— Task instructions —
Will you quote precisely the lines that run from the top of the material below to the line containing "f 238 421 420", both ends included?

— Records shown —
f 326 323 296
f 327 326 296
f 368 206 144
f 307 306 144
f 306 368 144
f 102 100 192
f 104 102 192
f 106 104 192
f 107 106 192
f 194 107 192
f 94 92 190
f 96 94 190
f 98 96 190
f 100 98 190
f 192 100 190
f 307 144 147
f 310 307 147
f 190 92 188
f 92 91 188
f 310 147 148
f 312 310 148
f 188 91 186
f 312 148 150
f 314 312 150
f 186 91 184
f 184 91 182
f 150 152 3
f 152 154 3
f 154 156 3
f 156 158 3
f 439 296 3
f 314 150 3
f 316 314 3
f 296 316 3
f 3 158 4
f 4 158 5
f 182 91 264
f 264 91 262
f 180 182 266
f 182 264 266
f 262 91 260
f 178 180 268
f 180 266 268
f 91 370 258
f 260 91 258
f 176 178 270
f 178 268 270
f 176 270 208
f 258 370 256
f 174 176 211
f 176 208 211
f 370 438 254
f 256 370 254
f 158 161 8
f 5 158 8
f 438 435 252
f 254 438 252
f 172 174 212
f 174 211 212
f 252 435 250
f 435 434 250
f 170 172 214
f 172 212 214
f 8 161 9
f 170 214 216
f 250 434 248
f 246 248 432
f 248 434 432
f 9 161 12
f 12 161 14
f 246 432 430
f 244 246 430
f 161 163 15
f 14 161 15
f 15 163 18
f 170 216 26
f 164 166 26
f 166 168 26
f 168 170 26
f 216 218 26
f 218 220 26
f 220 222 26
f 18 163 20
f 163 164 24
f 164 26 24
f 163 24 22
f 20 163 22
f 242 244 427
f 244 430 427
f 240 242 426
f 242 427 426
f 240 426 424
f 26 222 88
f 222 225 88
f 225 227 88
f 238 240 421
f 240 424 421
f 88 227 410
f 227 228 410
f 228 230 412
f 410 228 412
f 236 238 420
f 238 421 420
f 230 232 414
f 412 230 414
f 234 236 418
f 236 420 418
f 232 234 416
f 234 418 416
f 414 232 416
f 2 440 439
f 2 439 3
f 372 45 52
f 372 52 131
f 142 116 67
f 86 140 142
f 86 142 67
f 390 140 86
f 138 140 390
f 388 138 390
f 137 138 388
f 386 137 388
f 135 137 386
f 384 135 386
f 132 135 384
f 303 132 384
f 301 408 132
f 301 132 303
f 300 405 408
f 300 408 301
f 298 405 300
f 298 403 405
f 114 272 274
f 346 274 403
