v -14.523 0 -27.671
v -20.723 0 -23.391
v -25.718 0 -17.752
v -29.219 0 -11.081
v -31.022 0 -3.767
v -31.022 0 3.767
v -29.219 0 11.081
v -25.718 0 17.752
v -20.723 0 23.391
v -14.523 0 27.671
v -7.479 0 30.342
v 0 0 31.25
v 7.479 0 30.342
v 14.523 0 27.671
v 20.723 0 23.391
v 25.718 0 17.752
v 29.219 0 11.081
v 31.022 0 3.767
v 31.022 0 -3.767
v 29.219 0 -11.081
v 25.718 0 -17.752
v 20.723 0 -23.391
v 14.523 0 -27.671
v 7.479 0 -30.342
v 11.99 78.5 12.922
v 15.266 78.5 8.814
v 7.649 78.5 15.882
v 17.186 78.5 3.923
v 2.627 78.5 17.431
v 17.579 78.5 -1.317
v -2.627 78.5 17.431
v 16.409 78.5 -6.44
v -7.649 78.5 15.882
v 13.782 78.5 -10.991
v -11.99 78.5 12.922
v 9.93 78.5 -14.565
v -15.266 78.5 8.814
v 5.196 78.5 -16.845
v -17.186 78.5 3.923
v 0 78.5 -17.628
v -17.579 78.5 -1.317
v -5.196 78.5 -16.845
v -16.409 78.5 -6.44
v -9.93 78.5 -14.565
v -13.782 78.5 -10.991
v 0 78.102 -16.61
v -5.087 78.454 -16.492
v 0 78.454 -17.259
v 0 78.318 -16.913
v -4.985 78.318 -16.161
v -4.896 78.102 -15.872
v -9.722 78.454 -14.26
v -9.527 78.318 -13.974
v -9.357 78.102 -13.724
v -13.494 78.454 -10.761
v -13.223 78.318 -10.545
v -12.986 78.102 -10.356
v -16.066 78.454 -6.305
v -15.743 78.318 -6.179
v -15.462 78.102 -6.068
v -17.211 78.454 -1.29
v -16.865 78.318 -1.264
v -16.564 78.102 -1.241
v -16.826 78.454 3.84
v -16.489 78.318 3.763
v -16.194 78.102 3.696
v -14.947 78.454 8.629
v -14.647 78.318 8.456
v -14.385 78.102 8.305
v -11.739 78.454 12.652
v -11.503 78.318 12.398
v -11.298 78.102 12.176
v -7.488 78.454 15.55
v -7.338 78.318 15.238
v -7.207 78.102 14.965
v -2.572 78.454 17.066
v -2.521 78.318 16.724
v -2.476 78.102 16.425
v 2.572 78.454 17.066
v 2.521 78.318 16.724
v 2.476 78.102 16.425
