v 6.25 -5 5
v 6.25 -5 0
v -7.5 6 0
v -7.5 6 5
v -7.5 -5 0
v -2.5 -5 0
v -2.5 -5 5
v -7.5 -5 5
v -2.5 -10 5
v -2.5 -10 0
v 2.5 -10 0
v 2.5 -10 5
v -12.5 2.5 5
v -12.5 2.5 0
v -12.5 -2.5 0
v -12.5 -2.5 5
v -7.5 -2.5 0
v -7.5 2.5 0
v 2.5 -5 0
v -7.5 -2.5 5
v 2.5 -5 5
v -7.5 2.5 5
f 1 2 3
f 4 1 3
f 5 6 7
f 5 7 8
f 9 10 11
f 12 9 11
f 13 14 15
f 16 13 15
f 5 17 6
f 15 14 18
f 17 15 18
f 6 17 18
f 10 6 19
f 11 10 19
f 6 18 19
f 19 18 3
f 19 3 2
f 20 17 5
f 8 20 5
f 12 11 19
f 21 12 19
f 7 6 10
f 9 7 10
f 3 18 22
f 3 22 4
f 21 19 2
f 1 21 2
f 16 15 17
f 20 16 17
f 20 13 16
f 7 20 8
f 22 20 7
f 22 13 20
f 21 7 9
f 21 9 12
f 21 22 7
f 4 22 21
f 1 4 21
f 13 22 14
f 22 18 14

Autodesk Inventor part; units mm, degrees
ref_plane "YZ Plane" through (0, 0, 0) normal (1, 0, 0) x (0, 1, 0)
ref_plane "XZ Plane" through (0, 0, 0) normal (0, 1, 0) x (-1, 0, 0)
ref_plane "XY Plane" through (0, 0, 0) normal (0, 0, 1) x (1, 0, 0)
sketch "Sketch1" plane through (0, 0, 0) normal (0, 0, 1) x (1, 0, 0)
  line L0 (-12.5, -10) -> (12.5, -10)
  line L1 (12.5, -10) -> (12.5, 10) construction
  line L2 (12.5, 10) -> (-12.5, 10) construction
  line L3 (-12.5, 10) -> (-12.5, -10)
  line L4 (-12.5, -10) -> (12.5, 10) construction
  line L5 (12.5, -10) -> (-12.5, 10)
  line L6 (-12.5, -2.5) -> (-7.5, -2.5)
  line L7 (-7.5, -2.5) -> (-7.5, 2.5) construction
  line L8 (-7.5, 2.5) -> (-12.5, 2.5)
  line L9 (-12.5, 2.5) -> (-12.5, -2.5)
  line L10 (-12.5, -2.5) -> (-7.5, 2.5) construction
  line L11 (-7.5, -2.5) -> (-12.5, 2.5) construction
  line L12 (-7.5, -2.5) -> (-7.5, -10)
  line L13 (-7.5, 2.5) -> (-7.5, 6)
  line L14 (-2.5, -10) -> (2.5, -10)
  line L15 (2.5, -10) -> (2.5, -5)
  line L16 (2.5, -5) -> (-2.5, -5) construction
  line L17 (-2.5, -5) -> (-2.5, -10)
  line L18 (-2.5, -10) -> (2.5, -5) construction
  line L19 (2.5, -10) -> (-2.5, -5) construction
  line L20 (-2.5, -5) -> (-7.5, -5)
  line L21 (2.5, -5) -> (6.25, -5)
  point P0 (0, 0)
  point P1 (-10, 0)
  point P2 (0, 0)
  point P3 (0, -7.5)
  point P4 (2.5, -10)
  dimension "d0" = 20
  dimension "d1" = 25
  dimension "d2" = 5
  dimension "d3" = 5
  dimension "d4" = 10
  dimension "d5" = 5
  dimension "d6" = 5
  dimension "d7" = 12.5
extrude "Extrusion1" add sketch "Sketch1" along normal blind 5 contours L3 L8 L13 L5 L21 L15 L0 L17 L20 L12 L6
equation "\"d5\" = d3"
equation "\"d6\" = d2"
properties part number "camera-bracket-rib"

— Solution to this exercise —
f 326 323 296
f 327 326 296
f 368 206 144
f 307 306 144
f 306 368 144
f 102 100 192
f 104 102 192
f 106 104 192
f 107 106 192
f 194 107 192
f 94 92 190
f 96 94 190
f 98 96 190
f 100 98 190
f 192 100 190
f 307 144 147
f 310 307 147
f 190 92 188
f 92 91 188
f 310 147 148
f 312 310 148
f 188 91 186
f 312 148 150
f 314 312 150
f 186 91 184
f 184 91 182
f 150 152 3
f 152 154 3
f 154 156 3
f 156 158 3
f 439 296 3
f 314 150 3
f 316 314 3
f 296 316 3
f 3 158 4
f 4 158 5
f 182 91 264
f 264 91 262
f 180 182 266
f 182 264 266
f 262 91 260
f 178 180 268
f 180 266 268
f 91 370 258
f 260 91 258
f 176 178 270
f 178 268 270
f 176 270 208
f 258 370 256
f 174 176 211
f 176 208 211
f 370 438 254
f 256 370 254
f 158 161 8
f 5 158 8
f 438 435 252
f 254 438 252
f 172 174 212
f 174 211 212
f 252 435 250
f 435 434 250
f 170 172 214
f 172 212 214
f 8 161 9
f 170 214 216
f 250 434 248
f 246 248 432
f 248 434 432
f 9 161 12
f 12 161 14
f 246 432 430
f 244 246 430
f 161 163 15
f 14 161 15
f 15 163 18
f 170 216 26
f 164 166 26
f 166 168 26
f 168 170 26
f 216 218 26
f 218 220 26
f 220 222 26
f 18 163 20
f 163 164 24
f 164 26 24
f 163 24 22
f 20 163 22
f 242 244 427
f 244 430 427
f 240 242 426
f 242 427 426
f 240 426 424
f 26 222 88
f 222 225 88
f 225 227 88
f 238 240 421
f 240 424 421
f 88 227 410
f 227 228 410
f 228 230 412
f 410 228 412
f 236 238 420
f 238 421 420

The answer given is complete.